Новая роль, выпавшая на долю Иозефа Кнехта, надолго определила всю его жизнь. Ему было дозволено принять предложенную Плинио дружбу и, так сказать, с открытым забралом встретить его атаки, причем учителя не должны были вмешиваться или контролировать их. Главная задача, поставленная Магистром, заключалась в следующем: Кнехту вменялось в обязанность защищать Касталию от ее критиков, а весь диспут вести на самом высоком уровне; это повлекло за собой, между прочим, необходимость активного усвоения всех законов, существовавших в Ордене и Касталии, отчетливого их осознания. Прошло немного времени, и диспуты между подружившимися противниками приобрели известность, ученики боялись пропустить хотя бы один из них. Агрессивный, иронический тон Дезиньори утратил свою прежнюю грубость, формулировки его стали осторожней и ответственней, критика более конкретной. До этого на стороне Плинио были почти все преимущества: он прибыл из «мира», обладал его опытом, его методами и средствами нападения, да и в нем самом было что-то от бездушности этого мира; из разговоров, ведшихся взрослыми в доме Дезиньори, ему было известно примерно все, что этот мир имел против Касталии. Но возражения Кнехта заставили его теперь понять: хоть он и знал свой мир недурно, лучше любого касталийца, зато Касталию, ее дух «он знал куда хуже, нежели те, для кого она была родным домом, одновременно родиной и судьбой. Он стал понимать и постепенно даже признавать, что он здесь гость, а не абориген, и что не только там, в его мире, но и здесь, в Педагогической провинции, имеется вековой опыт и кое-какие достижения, и здесь имеются традиции, даже своя „природа“, которую он знал только частично и которая теперь, через своего глашатая Иозефа Кнехта, требовала к себе уважения. А Кнехт, чтобы лучше справляться с ролью апологета, вынужден был путем занятий, медитации и самовоспитания все яснее, все глубже усваивать то, что ему предстояло защищать. В риторике Дезиньори всегда одерживал верх, здесь, помимо темперамента и честолюбия, свойственных ему от природы, ему помогали некоторый светский опыт и знание жизни; даже терпя поражение, он никогда не забывал о слушателях и обеспечивал себе достойное или, во всяком случае, остроумное отступление, в то время как Кнехт, припертый противником к стене, мог, например, сказать: „Об этом мне надо еще подумать. Подожди несколько дней, Плинио, я тебе тогда напомню“.
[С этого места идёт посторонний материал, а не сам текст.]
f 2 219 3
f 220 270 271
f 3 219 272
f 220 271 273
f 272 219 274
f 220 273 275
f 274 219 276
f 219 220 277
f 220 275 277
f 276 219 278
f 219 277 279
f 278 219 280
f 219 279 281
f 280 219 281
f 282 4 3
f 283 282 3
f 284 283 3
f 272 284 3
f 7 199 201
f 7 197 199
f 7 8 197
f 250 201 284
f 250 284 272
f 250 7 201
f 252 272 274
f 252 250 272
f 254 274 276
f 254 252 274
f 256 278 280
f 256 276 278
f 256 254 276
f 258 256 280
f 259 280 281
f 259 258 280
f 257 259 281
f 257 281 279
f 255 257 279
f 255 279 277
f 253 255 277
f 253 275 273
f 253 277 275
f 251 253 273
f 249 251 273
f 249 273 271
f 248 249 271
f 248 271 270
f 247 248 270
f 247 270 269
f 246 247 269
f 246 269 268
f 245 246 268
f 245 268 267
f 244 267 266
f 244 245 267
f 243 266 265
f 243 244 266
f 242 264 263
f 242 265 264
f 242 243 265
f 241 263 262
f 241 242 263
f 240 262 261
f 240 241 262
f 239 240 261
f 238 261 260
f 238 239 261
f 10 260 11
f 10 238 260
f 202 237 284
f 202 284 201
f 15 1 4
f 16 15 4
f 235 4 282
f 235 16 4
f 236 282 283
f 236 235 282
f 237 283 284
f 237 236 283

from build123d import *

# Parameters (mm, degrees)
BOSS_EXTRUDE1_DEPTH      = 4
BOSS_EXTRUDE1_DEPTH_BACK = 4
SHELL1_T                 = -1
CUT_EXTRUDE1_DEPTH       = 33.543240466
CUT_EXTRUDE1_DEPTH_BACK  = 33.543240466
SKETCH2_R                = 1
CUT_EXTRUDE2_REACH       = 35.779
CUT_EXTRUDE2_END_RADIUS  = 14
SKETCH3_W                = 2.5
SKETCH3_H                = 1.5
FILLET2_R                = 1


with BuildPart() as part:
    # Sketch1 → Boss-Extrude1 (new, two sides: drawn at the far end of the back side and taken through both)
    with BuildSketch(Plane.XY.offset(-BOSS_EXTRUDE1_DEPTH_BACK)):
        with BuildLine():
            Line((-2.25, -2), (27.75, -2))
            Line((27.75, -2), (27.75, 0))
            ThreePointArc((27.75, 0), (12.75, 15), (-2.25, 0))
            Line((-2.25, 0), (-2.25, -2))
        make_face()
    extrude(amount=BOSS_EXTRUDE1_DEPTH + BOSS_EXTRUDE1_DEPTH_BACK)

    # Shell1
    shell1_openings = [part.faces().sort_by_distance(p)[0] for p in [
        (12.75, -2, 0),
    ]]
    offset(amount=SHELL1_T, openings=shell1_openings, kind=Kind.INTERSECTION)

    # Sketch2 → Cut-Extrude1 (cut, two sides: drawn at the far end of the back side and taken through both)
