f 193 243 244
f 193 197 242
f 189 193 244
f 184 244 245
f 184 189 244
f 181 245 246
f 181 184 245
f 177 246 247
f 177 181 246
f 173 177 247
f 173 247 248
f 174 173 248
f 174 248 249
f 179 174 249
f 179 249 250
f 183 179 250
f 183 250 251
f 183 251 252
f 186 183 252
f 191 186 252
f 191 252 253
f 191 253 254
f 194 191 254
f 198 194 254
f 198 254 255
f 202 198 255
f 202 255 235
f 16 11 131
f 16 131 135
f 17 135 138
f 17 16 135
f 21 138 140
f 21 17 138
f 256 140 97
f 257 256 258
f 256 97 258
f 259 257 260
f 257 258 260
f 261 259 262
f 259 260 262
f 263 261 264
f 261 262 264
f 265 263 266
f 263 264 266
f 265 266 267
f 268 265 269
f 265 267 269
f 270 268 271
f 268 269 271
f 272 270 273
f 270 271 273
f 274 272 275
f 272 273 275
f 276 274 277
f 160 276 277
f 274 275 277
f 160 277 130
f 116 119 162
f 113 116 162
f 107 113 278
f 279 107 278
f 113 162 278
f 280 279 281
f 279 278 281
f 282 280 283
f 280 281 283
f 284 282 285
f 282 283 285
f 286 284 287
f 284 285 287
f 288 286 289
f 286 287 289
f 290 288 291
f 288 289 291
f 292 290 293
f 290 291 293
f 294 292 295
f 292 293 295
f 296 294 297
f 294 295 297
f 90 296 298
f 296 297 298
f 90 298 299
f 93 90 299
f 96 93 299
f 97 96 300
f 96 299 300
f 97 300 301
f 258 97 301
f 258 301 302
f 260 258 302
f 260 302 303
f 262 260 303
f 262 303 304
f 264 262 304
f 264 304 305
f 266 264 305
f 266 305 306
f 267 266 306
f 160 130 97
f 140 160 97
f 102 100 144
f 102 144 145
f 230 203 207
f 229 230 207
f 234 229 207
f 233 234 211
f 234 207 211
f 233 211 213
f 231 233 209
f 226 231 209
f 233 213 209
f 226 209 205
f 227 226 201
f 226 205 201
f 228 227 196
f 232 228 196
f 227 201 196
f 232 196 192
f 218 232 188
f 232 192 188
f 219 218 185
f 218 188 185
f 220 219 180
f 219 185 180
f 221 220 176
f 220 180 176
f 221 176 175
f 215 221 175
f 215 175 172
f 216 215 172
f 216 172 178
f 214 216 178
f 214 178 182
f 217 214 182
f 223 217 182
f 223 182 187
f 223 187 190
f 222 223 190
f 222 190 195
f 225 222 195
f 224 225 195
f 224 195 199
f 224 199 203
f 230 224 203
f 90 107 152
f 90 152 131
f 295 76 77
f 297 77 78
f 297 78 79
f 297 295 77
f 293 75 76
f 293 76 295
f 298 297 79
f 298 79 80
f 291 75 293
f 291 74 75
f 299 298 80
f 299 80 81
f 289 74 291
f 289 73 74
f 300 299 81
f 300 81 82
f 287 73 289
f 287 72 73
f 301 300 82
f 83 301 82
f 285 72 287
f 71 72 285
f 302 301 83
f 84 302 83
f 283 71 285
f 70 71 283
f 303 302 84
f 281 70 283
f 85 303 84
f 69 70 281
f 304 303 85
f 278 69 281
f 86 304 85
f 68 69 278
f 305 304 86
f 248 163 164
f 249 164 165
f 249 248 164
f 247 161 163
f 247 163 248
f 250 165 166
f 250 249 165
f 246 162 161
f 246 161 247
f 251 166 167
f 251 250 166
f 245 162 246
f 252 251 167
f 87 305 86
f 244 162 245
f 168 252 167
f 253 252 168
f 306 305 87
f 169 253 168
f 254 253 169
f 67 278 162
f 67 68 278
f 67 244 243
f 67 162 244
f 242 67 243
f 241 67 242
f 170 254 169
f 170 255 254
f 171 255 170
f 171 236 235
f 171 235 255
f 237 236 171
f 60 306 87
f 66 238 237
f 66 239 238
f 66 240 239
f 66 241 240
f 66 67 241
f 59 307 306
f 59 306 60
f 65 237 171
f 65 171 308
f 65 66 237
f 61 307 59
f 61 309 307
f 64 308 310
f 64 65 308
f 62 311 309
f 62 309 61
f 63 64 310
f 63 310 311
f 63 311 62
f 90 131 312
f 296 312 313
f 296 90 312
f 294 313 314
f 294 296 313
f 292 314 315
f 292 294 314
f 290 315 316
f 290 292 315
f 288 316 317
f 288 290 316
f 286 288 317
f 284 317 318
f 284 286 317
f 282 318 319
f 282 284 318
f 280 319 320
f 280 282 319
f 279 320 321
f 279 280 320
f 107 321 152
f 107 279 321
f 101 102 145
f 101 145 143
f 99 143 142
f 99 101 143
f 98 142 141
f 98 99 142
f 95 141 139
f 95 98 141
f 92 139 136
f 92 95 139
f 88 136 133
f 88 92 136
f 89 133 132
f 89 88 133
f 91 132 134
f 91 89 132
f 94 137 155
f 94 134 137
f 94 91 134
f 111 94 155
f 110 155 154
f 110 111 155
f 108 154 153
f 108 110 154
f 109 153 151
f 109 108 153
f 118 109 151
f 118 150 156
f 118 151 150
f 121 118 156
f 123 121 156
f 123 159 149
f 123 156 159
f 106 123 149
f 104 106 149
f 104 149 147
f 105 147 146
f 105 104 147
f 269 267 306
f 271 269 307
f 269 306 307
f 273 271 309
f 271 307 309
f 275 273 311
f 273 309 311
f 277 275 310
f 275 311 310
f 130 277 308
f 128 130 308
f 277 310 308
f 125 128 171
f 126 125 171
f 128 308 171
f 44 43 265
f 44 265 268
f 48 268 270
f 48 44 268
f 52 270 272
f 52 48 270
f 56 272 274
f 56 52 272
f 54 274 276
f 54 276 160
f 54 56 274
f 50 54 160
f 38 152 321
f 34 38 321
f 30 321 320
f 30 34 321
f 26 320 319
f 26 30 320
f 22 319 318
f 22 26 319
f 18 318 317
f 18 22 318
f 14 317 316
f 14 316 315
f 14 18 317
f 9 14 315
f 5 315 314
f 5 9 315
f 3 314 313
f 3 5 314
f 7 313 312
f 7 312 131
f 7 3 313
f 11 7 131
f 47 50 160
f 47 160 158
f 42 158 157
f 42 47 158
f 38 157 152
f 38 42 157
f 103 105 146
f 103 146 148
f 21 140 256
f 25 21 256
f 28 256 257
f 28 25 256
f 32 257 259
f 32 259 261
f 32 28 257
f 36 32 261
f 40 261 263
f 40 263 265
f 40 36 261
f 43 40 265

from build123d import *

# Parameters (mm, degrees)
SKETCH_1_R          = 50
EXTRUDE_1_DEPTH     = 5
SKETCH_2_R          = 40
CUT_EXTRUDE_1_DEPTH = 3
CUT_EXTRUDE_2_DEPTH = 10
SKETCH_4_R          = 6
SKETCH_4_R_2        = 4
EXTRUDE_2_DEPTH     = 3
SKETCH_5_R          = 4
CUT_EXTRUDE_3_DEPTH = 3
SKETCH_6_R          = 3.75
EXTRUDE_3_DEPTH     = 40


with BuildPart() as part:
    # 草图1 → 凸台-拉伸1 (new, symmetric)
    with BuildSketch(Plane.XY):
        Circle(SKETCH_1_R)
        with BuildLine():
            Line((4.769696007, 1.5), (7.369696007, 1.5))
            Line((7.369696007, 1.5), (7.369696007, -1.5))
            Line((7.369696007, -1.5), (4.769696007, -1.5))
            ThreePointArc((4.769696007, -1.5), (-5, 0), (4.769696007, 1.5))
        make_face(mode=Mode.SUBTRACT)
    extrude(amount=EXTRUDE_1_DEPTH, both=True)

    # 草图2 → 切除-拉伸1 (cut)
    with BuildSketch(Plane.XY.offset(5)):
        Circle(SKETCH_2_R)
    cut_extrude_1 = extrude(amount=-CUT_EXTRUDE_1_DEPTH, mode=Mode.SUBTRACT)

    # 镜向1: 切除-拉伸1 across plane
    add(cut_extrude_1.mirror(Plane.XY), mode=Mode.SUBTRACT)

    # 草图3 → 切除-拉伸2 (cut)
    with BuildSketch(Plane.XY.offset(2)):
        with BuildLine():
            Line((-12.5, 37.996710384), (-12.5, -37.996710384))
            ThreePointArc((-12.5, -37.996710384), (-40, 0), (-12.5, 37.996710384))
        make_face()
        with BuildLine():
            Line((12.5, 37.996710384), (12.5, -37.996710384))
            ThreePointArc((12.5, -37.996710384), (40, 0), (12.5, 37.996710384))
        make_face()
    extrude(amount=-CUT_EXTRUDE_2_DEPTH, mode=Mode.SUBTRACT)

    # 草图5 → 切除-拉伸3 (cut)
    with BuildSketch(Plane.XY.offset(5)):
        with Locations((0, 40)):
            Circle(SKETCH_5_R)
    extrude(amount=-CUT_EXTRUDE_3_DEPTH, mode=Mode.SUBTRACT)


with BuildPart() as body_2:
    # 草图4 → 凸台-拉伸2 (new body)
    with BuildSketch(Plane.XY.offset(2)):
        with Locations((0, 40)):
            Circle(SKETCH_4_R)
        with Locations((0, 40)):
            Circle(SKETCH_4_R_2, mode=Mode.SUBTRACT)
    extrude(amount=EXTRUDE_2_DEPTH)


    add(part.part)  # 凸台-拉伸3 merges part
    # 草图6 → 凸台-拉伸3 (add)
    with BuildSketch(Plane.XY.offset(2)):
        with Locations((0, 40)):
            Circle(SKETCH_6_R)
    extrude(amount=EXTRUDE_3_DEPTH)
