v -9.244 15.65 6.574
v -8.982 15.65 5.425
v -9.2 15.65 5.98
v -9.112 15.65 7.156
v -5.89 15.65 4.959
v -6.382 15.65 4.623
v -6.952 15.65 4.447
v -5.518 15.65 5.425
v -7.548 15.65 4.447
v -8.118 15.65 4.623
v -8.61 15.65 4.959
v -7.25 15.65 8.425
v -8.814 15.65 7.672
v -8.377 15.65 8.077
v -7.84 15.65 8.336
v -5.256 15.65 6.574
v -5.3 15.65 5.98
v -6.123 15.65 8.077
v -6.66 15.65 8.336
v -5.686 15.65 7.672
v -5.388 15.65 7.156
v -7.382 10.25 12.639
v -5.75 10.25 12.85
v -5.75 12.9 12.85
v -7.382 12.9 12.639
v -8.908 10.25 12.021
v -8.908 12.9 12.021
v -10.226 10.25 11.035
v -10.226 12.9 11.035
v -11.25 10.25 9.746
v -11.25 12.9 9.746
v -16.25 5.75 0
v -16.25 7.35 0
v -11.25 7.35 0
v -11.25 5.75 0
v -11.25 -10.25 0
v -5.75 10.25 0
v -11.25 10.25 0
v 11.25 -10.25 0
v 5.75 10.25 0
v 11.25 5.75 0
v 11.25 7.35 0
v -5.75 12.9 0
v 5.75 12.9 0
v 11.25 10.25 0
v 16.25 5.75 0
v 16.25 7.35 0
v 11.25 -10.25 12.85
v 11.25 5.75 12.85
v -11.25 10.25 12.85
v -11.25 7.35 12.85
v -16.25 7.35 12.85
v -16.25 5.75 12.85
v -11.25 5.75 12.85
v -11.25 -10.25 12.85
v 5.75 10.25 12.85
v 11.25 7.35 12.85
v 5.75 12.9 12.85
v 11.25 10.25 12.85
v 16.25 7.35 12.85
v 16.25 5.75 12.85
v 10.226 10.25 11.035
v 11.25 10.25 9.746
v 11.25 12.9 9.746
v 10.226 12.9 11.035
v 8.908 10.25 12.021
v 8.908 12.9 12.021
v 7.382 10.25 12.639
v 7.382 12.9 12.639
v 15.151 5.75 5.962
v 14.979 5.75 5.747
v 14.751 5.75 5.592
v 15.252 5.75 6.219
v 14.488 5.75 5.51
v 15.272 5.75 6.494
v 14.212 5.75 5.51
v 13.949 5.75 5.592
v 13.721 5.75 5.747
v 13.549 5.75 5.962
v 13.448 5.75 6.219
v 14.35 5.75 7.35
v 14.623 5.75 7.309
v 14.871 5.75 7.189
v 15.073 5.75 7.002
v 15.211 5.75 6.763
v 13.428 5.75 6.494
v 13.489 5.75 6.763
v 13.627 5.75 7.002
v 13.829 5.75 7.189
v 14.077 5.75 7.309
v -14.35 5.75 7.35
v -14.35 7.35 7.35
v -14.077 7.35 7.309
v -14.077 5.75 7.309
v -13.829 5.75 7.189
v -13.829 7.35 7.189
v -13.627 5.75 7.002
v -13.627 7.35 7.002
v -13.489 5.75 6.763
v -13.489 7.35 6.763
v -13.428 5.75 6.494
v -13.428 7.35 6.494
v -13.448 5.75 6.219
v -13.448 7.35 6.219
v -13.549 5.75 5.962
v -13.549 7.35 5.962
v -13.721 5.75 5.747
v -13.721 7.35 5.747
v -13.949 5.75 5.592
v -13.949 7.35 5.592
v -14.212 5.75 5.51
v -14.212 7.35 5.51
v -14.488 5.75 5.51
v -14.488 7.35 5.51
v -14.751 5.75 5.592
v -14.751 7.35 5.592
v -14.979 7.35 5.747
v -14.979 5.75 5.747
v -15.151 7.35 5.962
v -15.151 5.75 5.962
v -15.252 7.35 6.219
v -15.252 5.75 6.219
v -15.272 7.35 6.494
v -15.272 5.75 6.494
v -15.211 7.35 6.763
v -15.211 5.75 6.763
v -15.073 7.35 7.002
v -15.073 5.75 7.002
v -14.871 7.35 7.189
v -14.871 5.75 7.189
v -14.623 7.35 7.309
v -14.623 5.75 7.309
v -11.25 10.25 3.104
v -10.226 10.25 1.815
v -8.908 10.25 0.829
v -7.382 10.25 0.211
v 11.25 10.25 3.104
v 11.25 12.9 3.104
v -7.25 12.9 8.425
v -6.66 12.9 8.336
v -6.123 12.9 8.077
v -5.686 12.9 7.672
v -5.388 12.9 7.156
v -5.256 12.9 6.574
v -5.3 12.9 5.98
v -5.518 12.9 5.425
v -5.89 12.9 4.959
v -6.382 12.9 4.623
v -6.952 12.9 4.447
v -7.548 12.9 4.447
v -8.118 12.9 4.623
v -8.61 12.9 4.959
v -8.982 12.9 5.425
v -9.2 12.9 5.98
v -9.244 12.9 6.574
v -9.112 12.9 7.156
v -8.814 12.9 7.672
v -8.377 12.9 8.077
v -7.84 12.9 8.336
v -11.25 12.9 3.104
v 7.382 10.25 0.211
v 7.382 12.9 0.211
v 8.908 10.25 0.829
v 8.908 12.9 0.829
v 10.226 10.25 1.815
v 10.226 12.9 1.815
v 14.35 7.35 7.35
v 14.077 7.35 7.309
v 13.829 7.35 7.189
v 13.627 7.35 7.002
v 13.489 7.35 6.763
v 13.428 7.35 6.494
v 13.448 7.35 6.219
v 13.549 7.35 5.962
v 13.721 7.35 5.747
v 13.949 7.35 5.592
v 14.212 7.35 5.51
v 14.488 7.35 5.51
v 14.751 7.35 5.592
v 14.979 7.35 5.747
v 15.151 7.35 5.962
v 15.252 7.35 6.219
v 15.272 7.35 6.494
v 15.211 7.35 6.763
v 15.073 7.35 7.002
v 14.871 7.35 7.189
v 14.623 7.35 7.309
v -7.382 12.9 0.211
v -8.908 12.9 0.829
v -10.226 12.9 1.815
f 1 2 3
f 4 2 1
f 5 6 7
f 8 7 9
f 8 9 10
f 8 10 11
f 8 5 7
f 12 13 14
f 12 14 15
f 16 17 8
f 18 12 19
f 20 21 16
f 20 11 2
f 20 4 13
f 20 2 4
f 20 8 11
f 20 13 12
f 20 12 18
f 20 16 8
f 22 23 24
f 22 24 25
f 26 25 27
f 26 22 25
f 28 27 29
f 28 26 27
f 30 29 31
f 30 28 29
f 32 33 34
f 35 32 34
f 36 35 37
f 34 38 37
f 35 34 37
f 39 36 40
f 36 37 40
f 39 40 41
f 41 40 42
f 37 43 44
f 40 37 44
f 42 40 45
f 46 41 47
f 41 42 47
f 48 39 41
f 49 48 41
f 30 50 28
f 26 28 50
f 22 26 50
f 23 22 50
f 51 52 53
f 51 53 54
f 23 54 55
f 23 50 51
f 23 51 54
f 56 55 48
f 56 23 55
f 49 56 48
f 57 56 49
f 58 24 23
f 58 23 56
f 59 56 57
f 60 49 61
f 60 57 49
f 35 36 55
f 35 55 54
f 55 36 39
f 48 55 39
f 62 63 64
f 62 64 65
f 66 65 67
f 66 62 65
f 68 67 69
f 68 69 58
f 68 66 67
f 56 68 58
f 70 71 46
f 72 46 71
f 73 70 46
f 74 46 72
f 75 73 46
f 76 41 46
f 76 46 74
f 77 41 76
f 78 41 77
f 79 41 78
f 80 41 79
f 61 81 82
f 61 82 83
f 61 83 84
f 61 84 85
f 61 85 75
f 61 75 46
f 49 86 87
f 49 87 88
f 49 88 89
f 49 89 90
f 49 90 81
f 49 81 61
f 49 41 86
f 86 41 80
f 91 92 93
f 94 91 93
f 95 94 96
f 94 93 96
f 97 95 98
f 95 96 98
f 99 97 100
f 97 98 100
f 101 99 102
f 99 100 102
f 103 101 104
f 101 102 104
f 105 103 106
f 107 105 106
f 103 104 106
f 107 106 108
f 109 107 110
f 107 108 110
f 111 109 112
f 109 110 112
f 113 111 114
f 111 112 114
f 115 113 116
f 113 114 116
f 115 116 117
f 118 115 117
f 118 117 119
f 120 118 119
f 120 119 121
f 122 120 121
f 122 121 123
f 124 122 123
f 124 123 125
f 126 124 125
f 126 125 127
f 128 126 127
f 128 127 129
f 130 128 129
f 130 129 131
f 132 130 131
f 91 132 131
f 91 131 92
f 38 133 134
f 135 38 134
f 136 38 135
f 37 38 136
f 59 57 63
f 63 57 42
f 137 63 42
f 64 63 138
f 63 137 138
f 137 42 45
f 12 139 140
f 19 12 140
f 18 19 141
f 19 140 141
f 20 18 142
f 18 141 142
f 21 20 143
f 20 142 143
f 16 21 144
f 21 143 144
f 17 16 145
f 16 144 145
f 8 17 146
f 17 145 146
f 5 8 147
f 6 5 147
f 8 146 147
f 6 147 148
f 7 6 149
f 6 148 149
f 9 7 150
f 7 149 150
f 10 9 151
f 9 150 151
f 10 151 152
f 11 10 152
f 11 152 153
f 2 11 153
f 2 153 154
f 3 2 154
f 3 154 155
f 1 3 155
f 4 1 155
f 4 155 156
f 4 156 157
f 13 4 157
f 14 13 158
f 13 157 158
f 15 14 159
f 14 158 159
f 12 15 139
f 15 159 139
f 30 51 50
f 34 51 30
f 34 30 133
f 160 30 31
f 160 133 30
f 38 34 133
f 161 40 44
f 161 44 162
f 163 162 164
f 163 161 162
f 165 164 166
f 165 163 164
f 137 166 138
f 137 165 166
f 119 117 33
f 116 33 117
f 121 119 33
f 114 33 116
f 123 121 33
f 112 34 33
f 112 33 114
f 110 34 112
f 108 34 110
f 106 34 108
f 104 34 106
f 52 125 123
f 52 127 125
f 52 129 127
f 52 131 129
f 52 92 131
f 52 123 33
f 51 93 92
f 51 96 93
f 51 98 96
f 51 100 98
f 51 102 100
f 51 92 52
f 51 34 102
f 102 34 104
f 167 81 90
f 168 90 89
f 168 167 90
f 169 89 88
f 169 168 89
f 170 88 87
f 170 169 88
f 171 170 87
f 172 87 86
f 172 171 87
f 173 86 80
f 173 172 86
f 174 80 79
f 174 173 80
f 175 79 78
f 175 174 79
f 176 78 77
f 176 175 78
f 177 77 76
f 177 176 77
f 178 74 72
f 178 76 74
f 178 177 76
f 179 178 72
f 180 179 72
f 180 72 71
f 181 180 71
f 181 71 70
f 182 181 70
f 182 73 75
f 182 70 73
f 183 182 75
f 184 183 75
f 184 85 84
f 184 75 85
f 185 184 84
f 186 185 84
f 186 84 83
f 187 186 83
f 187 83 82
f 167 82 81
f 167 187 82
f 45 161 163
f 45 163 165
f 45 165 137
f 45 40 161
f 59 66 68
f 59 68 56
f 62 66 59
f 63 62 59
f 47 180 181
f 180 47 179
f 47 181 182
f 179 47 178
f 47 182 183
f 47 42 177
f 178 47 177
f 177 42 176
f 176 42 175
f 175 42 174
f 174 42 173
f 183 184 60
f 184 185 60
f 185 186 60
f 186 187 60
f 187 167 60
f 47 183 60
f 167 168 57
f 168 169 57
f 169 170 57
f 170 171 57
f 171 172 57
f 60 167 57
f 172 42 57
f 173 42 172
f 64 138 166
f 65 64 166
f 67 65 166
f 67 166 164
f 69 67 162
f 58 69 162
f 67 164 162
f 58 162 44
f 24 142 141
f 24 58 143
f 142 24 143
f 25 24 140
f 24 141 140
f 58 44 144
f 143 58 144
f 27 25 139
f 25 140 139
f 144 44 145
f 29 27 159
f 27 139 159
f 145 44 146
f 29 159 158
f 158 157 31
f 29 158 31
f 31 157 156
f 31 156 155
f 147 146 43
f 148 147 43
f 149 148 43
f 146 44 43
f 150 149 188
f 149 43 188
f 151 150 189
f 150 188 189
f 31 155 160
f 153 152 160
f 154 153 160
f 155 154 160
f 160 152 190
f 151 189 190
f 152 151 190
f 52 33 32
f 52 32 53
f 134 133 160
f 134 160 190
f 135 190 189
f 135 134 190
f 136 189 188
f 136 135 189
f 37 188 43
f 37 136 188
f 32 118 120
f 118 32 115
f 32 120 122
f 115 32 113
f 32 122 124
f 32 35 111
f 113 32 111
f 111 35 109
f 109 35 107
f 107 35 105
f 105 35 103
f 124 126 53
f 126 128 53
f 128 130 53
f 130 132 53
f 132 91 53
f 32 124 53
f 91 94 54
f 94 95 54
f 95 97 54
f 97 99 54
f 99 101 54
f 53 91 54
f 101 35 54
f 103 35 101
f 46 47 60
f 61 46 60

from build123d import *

# Parameters (mm, degrees)
ESQUISSE1_W      = 22.5
ESQUISSE1_H      = 20.5
EXTRUSION1_DEPTH = 12.85
EXTRUSION2_DEPTH = 2.65
ESQUISSE3_W      = 12.85
ESQUISSE3_H      = 1.6
EXTRUSION3_DEPTH = 5
ESQUISSE5_R      = 0.925
EXTRUSION5_DEPTH = 2.75
ESQUISSE4_R      = 2
EXTRUSION4_DEPTH = 2.75


with BuildPart() as part:
    # Esquisse1 → Extrusion1 (new body)
    with BuildSketch(Plane.XY):
        Rectangle(ESQUISSE1_W, ESQUISSE1_H)
    extrude(amount=EXTRUSION1_DEPTH)

    # Esquisse2 → Extrusion2 (add)
    with BuildSketch(Plane(origin=(0, 10.25, 0), x_dir=(1, 0, 0), z_dir=(0, 1, 0))):
        with BuildLine():
            Line((-5.75, 0), (5.75, 0))
            ThreePointArc((5.75, 0), (8.907662728, -0.829484734), (11.25, -3.103761526))
            Line((11.25, -3.103761526), (11.25, -9.746238474))
            ThreePointArc((11.25, -9.746238474), (8.907662728, -12.020515266), (5.75, -12.85))
            Line((5.75, -12.85), (-5.75, -12.85))
            ThreePointArc((-5.75, -12.85), (-8.907662728, -12.020515266), (-11.25, -9.746238474))
            Line((-11.25, -9.746238474), (-11.25, -3.103761526))
            ThreePointArc((-11.25, -3.103761526), (-8.907662728, -0.829484734), (-5.75, 0))
        make_face()
    extrude(amount=EXTRUSION2_DEPTH)

    # Esquisse3 → Extrusion3 (add)
    with BuildSketch(Plane.ZY.offset(11.25)):
        with Locations((6.425, 6.55)):
            Rectangle(ESQUISSE3_W, ESQUISSE3_H)
    extrusion3 = extrude(amount=EXTRUSION3_DEPTH)

    # Esquisse5 → Extrusion5 (cut)
    with BuildSketch(Plane(origin=(0, 7.35, 0), x_dir=(1, 0, 0), z_dir=(0, 1, 0))):
        with Locations(Location((-14.35, -6.425, 0), (0, 0, 270))):
            Circle(ESQUISSE5_R)
    extrusion5 = extrude(amount=-EXTRUSION5_DEPTH, mode=Mode.SUBTRACT)

    # Symétrie1: Extrusion3, Extrusion5 across plane
    add(extrusion3.mirror(Plane(origin=(0, 0, 0), x_dir=(0, 0, 1), z_dir=(1, 0, 0))))
    add(extrusion5.mirror(Plane(origin=(0, 0, 0), x_dir=(0, 0, 1), z_dir=(1, 0, 0))), mode=Mode.SUBTRACT)

    # Esquisse4 → Extrusion4 (add)
    with BuildSketch(Plane(origin=(0, 12.9, 0), x_dir=(1, 0, 0), z_dir=(0, 1, 0))):
        with Locations(Location((-7.25, -6.425, 0), (0, 0, 270))):
            Circle(ESQUISSE4_R)
    extrude(amount=EXTRUSION4_DEPTH)


solid = part.part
Если отношения двух юношей и обрели теперь достойную форму, а их диспут стал непременным атрибутом тогдашней вальдцельской жизни, то для Кнехта ни сама его беда, ни весь конфликт ничуть не сделались легче. Благодаря высокому доверию и ответственности, возложенной на него, он справился с задачей, и доказательством силы и здоровья его натуры служит то, что он достиг этого без видимого вреда для себя. Но в душе он очень страдал. Ведь дружеские чувства, которые он испытывал к Плинио, предназначались не только обаятельному и остроумному, светскому и бойкому на язык товарищу, но в не меньшей мере тому чужому миру, который его друг и противник представлял, который Кнехт угадывал и познавал в образе Дезиньори, в его словах и жестах; тому, так называемому «реальному миру», где существовали нежные матери и дети, голодающие люди и приюты для бедных, газеты, избирательная борьба; тому примитивному и вместе изысканному миру, куда Плинио ездил на каникулы, чтобы навестить родителей, братьев и сестер, поухаживать за девушками, посетить собрания рабочих или развлечься в фешенебельном клубе, в то время как он, Иозеф Кнехт, оставался в Касталии, ходил в походы с однокашниками, купался, разбирал ричеркары Фробергера39
или читал Гегеля.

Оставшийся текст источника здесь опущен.